Un peu d’histoire
Si certains chercheurs font remonter les racines de la morale laïque à Aristote et aux sophistes du siècle de Périclès, tels Protagoras d'Abdère, Pyrrhon ou Arcésilas, le concept de laïcité tel que nous le connaissons aujourd'hui trouve son origine chez les philosophes des Lumières (Diderot, d'Holbach, Montesquieu, Voltaire ...). Au-delà de son engagement en faveur d'une séparation des Eglises et de l'Etat et pour des services publics impartiaux, le mouvement laïque s'est investi, depuis, dans la conquête des droits sociaux (suffrage universel, école publique gratuite et obligatoire, sécurité sociale, droit au logement) et celle des droits individuels (planning familial, IVG, droit de mourir dans la dignité, bioéthique).
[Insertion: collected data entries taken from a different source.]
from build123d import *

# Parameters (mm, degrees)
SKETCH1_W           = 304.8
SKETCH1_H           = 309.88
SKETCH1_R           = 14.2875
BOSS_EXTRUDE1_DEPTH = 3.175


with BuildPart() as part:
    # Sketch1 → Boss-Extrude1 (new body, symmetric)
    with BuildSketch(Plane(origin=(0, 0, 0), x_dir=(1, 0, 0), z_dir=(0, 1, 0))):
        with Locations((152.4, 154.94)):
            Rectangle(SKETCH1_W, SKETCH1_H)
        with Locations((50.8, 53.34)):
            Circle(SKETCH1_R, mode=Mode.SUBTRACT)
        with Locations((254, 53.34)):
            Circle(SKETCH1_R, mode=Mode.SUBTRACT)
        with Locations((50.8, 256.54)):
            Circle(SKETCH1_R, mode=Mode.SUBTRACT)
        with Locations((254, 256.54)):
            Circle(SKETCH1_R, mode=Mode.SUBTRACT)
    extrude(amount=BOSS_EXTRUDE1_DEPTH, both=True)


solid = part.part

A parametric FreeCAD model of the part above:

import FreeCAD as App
import Part
import Sketcher
from FreeCAD import Vector
Q = App.Units.Quantity


def add_polygon(sketch, points):
    """Adds a closed chain of lines whose ends are joined by coincident constraints."""
    first, n = sketch.GeometryCount, len(points)
    for a, b in zip(points, points[1:] + points[:1]):
        sketch.addGeometry(Part.LineSegment(App.Vector(*a, 0), App.Vector(*b, 0)), False)
    for i in range(n):
        sketch.addConstraint(Sketcher.Constraint("Coincident", first + i, 2, first + (i + 1) % n, 1))

doc = App.newDocument("Part")
params = doc.addObject("Spreadsheet::Sheet", "Params")
for row, (alias, value) in enumerate([
    ("sketch1_width", "12 in"),
    ("sketch1_diameter", "1.125 in"),
    ("sketch1_height", "12.2 in"),
    ("pad1_length", "0.25 in"),
], start=1):
    params.set(f"A{row}", alias)
    params.set(f"B{row}", "=" + value)
    params.setAlias(f"B{row}", alias)

body = doc.addObject("PartDesign::Body", "Body")

# Sketch on XZ plane
sketch1 = doc.addObject("Sketcher::SketchObject", "Sketch")
body.addObject(sketch1)
sketch1.AttachmentSupport = (doc.XZ_Plane, [""])
sketch1.MapMode = "FlatFace"
add_polygon(sketch1, [(0, -309.88), (0, 0), (304.8, 0), (304.8, -309.88)])  # lines 0-3
sketch1.addGeometry(Part.Circle(Vector(50.8, -53.34, 0), Vector(0, 0, 1), 14.2875), False)  # 4
sketch1.addGeometry(Part.Circle(Vector(254, -53.34, 0), Vector(0, 0, 1), 14.2875), False)  # 5
sketch1.addGeometry(Part.Circle(Vector(50.8, -256.54, 0), Vector(0, 0, 1), 14.2875), False)  # 6
sketch1.addGeometry(Part.Circle(Vector(254, -256.54, 0), Vector(0, 0, 1), 14.2875), False)  # 7
sketch1.addConstraint(Sketcher.Constraint("Vertical", 0))
sketch1.addConstraint(Sketcher.Constraint("Horizontal", 1))
sketch1.addConstraint(Sketcher.Constraint("Vertical", 2))
sketch1.addConstraint(Sketcher.Constraint("Horizontal", 3))
sketch1.addConstraint(Sketcher.Constraint("Coincident", 0, 2, -1, 1))
sketch1.addConstraint(Sketcher.Constraint("Equal", 4, 5))
sketch1.addConstraint(Sketcher.Constraint("Equal", 5, 6))
sketch1.addConstraint(Sketcher.Constraint("Equal", 6, 7))
sketch1.addConstraint(Sketcher.Constraint("Horizontal", 4, 3, 5, 3))
sketch1.addConstraint(Sketcher.Constraint("Horizontal", 6, 3, 7, 3))
sketch1.addConstraint(Sketcher.Constraint("Vertical", 4, 3, 6, 3))
sketch1.addConstraint(Sketcher.Constraint("Vertical", 5, 3, 7, 3))
sketch1.addConstraint(Sketcher.Constraint("DistanceX", 1, 1, 1, 2, Q("12 in")))
sketch1.addConstraint(Sketcher.Constraint("Diameter", 4, Q("1.125 in")))
sketch1.addConstraint(Sketcher.Constraint("DistanceY", 0, 1, 0, 2, Q("12.2 in")))
sketch1.addConstraint(Sketcher.Constraint("DistanceX", -1, 1, 4, 3, Q("2 in")))
sketch1.addConstraint(Sketcher.Constraint("DistanceX", -1, 1, 5, 3, Q("10 in")))
sketch1.addConstraint(Sketcher.Constraint("DistanceY", 6, 3, 4, 3, Q("8 in")))
sketch1.addConstraint(Sketcher.Constraint("DistanceY", 4, 3, -1, 1, Q("2.1 in")))
sketch1.setExpression("Constraints[16]", "Params.sketch1_width")
sketch1.setExpression("Constraints[17]", "Params.sketch1_diameter")
sketch1.setExpression("Constraints[18]", "Params.sketch1_height")
pad1 = doc.addObject("PartDesign::Pad", "Pad")
body.addObject(pad1)
pad1.Profile = sketch1
pad1.setExpression("Length", "Params.pad1_length")
pad1.Midplane = True

doc.recompute()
En Belgique, la laïcité et plus spécifiquement la coupole CAL existe depuis 1969. Elle est née du rassemblement d'une série d'associations afin de répondre au besoin, pour notre société, de disposer d'un organisme représentatif de la "communauté non-confessionnelle". C'est-à-dire, l'ensemble des citoyens qui estiment que l'Etat doit être impartial et que les croyances, religions et options philosophiques sont du seul ressort de la sphère privée.
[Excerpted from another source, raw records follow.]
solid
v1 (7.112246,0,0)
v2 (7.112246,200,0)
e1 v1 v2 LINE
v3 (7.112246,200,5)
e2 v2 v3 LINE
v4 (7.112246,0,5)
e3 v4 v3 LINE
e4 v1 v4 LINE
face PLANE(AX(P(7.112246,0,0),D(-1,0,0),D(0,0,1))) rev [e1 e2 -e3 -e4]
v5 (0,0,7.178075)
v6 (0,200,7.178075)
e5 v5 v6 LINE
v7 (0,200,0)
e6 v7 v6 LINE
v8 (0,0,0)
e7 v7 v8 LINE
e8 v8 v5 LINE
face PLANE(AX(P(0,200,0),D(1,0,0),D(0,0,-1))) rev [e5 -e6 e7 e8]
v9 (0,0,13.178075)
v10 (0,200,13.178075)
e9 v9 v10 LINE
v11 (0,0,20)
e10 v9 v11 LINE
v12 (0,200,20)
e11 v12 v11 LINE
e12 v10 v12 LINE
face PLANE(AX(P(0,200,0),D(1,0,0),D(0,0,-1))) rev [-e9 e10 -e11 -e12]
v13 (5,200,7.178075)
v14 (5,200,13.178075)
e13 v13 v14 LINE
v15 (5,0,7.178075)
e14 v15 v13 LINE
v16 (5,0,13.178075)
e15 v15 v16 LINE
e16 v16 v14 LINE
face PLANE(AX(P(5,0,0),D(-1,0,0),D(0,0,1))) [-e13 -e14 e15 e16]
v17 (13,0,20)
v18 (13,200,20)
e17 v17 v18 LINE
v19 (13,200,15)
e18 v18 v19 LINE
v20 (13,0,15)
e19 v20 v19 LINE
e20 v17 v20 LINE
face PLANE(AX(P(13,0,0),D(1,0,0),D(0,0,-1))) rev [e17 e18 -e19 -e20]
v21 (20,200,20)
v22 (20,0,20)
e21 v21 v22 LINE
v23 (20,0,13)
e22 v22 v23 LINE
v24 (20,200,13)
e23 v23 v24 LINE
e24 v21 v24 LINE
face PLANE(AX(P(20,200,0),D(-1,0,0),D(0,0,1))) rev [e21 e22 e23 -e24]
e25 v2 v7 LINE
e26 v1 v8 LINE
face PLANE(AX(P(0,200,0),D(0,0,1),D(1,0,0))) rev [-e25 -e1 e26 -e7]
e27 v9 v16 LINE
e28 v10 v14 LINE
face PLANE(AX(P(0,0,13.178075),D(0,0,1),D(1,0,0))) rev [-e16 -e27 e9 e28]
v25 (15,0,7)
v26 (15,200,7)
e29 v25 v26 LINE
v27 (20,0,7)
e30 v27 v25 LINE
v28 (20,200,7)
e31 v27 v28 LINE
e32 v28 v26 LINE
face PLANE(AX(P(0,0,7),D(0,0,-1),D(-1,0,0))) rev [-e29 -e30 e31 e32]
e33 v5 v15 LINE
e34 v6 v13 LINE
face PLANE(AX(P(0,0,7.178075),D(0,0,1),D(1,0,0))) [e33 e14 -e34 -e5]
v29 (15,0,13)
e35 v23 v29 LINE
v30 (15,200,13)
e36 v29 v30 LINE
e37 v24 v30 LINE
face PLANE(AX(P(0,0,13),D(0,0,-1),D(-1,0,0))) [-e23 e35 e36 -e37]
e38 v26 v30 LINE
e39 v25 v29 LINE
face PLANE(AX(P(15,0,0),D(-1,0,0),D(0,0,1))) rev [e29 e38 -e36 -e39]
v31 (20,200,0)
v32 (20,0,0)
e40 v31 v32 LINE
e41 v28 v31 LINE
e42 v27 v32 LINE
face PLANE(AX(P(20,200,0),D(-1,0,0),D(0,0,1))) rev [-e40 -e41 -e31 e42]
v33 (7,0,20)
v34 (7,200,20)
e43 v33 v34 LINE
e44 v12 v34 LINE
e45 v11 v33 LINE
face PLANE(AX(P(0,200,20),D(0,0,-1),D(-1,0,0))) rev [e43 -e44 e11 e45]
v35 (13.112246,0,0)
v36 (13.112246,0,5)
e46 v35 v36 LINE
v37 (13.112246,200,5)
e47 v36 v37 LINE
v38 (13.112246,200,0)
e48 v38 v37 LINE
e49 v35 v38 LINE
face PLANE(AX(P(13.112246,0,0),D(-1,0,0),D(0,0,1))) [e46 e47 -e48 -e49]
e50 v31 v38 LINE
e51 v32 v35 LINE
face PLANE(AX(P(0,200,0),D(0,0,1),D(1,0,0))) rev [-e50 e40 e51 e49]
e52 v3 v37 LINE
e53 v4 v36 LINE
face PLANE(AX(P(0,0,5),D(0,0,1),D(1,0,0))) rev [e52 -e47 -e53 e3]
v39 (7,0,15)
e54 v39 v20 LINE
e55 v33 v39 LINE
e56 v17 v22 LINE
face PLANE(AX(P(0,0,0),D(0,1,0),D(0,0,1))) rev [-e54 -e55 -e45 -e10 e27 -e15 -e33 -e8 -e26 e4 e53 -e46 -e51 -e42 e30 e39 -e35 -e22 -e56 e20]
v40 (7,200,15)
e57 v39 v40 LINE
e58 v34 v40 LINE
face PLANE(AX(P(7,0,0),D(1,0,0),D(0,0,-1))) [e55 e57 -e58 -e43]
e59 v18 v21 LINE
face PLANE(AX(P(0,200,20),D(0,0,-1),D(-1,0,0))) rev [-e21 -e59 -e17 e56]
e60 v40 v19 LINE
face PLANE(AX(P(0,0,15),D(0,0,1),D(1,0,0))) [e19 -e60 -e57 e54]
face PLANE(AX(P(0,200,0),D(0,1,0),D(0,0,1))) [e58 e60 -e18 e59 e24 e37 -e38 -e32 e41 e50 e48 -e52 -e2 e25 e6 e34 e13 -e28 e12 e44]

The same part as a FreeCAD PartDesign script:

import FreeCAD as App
import Part
import Sketcher
from FreeCAD import Vector

doc = App.newDocument("Part")
params = doc.addObject("Spreadsheet::Sheet", "Params")
for row, (alias, value) in enumerate([
    ("sketch1_width", "20 mm"),
    ("pad1_length", "200 mm"),
    ("sketch2_width", "6 mm"),
    ("sketch2_width2", "5 mm"),
    ("pocket1_length", "200 mm"),
], start=1):
    params.set(f"A{row}", alias)
    params.set(f"B{row}", "=" + value)
    params.setAlias(f"B{row}", alias)

body = doc.addObject("PartDesign::Body", "Body")

# Sketch on XZ plane
sketch1 = doc.addObject("Sketcher::SketchObject", "Sketch")
body.addObject(sketch1)
sketch1.AttachmentSupport = (doc.XZ_Plane, [""])
sketch1.MapMode = "FlatFace"
sketch1.addGeometry([
    Part.LineSegment(Vector(0, 0, 0), Vector(0, 20, 0)),
    Part.LineSegment(Vector(0, 20, 0), Vector(20, 20, 0)),
    Part.LineSegment(Vector(20, 20, 0), Vector(20, 0, 0)),
    Part.LineSegment(Vector(20, 0, 0), Vector(0, 0, 0)),
], False)
sketch1.addConstraint([
    Sketcher.Constraint("Coincident", 0, 2, 1, 1),
    Sketcher.Constraint("Coincident", 1, 2, 2, 1),
    Sketcher.Constraint("Coincident", 2, 2, 3, 1),
    Sketcher.Constraint("Coincident", 3, 2, 0, 1),
    Sketcher.Constraint("Vertical", 0),
    Sketcher.Constraint("Horizontal", 1),
    Sketcher.Constraint("Vertical", 2),
    Sketcher.Constraint("Horizontal", 3),
    Sketcher.Constraint("Coincident", 3, 2, -1, 1),
    Sketcher.Constraint("Equal", 3, 0),
    Sketcher.Constraint("DistanceX", 1, 1, 1, 2, 20.0),
])
sketch1.setExpression("Constraints[10]", "Params.sketch1_width")
pad1 = doc.addObject("PartDesign::Pad", "Pad")
body.addObject(pad1)
pad1.Profile = sketch1
pad1.setExpression("Length", "Params.pad1_length")
pad1.Reversed = True

# Sketch on XZ plane
sketch2 = doc.addObject("Sketcher::SketchObject", "Sketch001")
body.addObject(sketch2)
sketch2.AttachmentSupport = (doc.XZ_Plane, [""])
sketch2.MapMode = "FlatFace"
sketch2.AttachmentOffset = App.Placement(Vector(0, 0, -200), App.Rotation())
sketch2.addGeometry([
    Part.LineSegment(Vector(7, 0, 0), Vector(7, 5, 0)),  # 0
    Part.LineSegment(Vector(7, 5, 0), Vector(13, 5, 0)),  # 1
    Part.LineSegment(Vector(13, 5, 0), Vector(13, 0, 0)),  # 2
    Part.LineSegment(Vector(13, 0, 0), Vector(7, 0, 0)),  # 3
    Part.LineSegment(Vector(0, 7, 0), Vector(0, 13, 0)),  # 4
    Part.LineSegment(Vector(0, 13, 0), Vector(5, 13, 0)),  # 5
    Part.LineSegment(Vector(5, 13, 0), Vector(5, 7, 0)),  # 6
    Part.LineSegment(Vector(5, 7, 0), Vector(0, 7, 0)),  # 7
    Part.LineSegment(Vector(15, 7, 0), Vector(15, 13, 0)),  # 8
    Part.LineSegment(Vector(15, 13, 0), Vector(20, 13, 0)),  # 9
    Part.LineSegment(Vector(20, 13, 0), Vector(20, 7, 0)),  # 10
    Part.LineSegment(Vector(20, 7, 0), Vector(15, 7, 0)),  # 11
    Part.LineSegment(Vector(7, 15, 0), Vector(7, 20, 0)),  # 12
    Part.LineSegment(Vector(7, 20, 0), Vector(13, 20, 0)),  # 13
    Part.LineSegment(Vector(13, 20, 0), Vector(13, 15, 0)),  # 14
    Part.LineSegment(Vector(13, 15, 0), Vector(7, 15, 0)),  # 15
], False)
sketch2.addConstraint([
    Sketcher.Constraint("Coincident", 0, 2, 1, 1),
    Sketcher.Constraint("Coincident", 1, 2, 2, 1),
    Sketcher.Constraint("Coincident", 2, 2, 3, 1),
    Sketcher.Constraint("Coincident", 3, 2, 0, 1),
    Sketcher.Constraint("Coincident", 4, 2, 5, 1),
    Sketcher.Constraint("Coincident", 5, 2, 6, 1),
    Sketcher.Constraint("Coincident", 6, 2, 7, 1),
    Sketcher.Constraint("Coincident", 7, 2, 4, 1),
    Sketcher.Constraint("Coincident", 8, 2, 9, 1),
    Sketcher.Constraint("Coincident", 9, 2, 10, 1),
    Sketcher.Constraint("Coincident", 10, 2, 11, 1),
    Sketcher.Constraint("Coincident", 11, 2, 8, 1),
    Sketcher.Constraint("Coincident", 12, 2, 13, 1),
    Sketcher.Constraint("Coincident", 13, 2, 14, 1),
    Sketcher.Constraint("Coincident", 14, 2, 15, 1),
    Sketcher.Constraint("Coincident", 15, 2, 12, 1),
    Sketcher.Constraint("Vertical", 0),
    Sketcher.Constraint("Horizontal", 1),
    Sketcher.Constraint("Vertical", 2),
    Sketcher.Constraint("Horizontal", 3),
    Sketcher.Constraint("Vertical", 4),
    Sketcher.Constraint("Horizontal", 5),
    Sketcher.Constraint("Vertical", 6),
    Sketcher.Constraint("Horizontal", 7),
    Sketcher.Constraint("Vertical", 8),
    Sketcher.Constraint("Horizontal", 9),
    Sketcher.Constraint("Vertical", 10),
    Sketcher.Constraint("Horizontal", 11),
    Sketcher.Constraint("Vertical", 12),
    Sketcher.Constraint("Horizontal", 13),
    Sketcher.Constraint("Vertical", 14),
    Sketcher.Constraint("Horizontal", 15),
    Sketcher.Constraint("PointOnObject", 2, 2, -1),
    Sketcher.Constraint("PointOnObject", 4, 2, -2),
    Sketcher.Constraint("Equal", 7, 9),
    Sketcher.Constraint("Equal", 3, 13),
    Sketcher.Constraint("Equal", 11, 0),
    Sketcher.Constraint("Equal", 15, 4),
    Sketcher.Constraint("Equal", 6, 8),
    Sketcher.Constraint("Equal", 2, 12),
    Sketcher.Constraint("DistanceX", 1, 1, 1, 2, 6.0),
    Sketcher.Constraint("DistanceX", 5, 1, 5, 2, 5.0),
    Sketcher.Constraint("DistanceX", -1, 1, 8, 2, 15.0),
    Sketcher.Constraint("DistanceY", -1, 1, 8, 2, 13.0),
    Sketcher.Constraint("DistanceX", -1, 1, 12, 2, 7.0),
    Sketcher.Constraint("DistanceY", -1, 1, 12, 2, 20.0),
    Sketcher.Constraint("DistanceX", -1, 1, 0, 2, 7.112246),
    Sketcher.Constraint("DistanceY", -1, 1, 4, 2, 13.178075),
])
sketch2.setExpression("Constraints[40]", "Params.sketch2_width")
sketch2.setExpression("Constraints[41]", "Params.sketch2_width2")
pocket1 = doc.addObject("PartDesign::Pocket", "Pocket")
body.addObject(pocket1)
pocket1.Profile = sketch2
pocket1.setExpression("Length", "Params.pocket1_length")
pocket1.Reversed = True

doc.recompute()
L’institution se structure et œuvre à sa reconnaissance dans la Constitution Belge, acquise en 1993. Le CAL se base sur des entités territoriales, globalement calquées sur la répartition des provinces belges, avec une particularité en Hainaut : deux régionales se partagent les parties orientales et occidentales. Soit deux régionales pour une seule province. Chaque régionale Bruxelles-Laïque, le CAL Liège, le CAL Brabant Wallon, le CAL Luxembourg, le CAL Charleroi et Picardie Laïque, fédère une série d’associations locales, généralement présentes dans les villes et villages.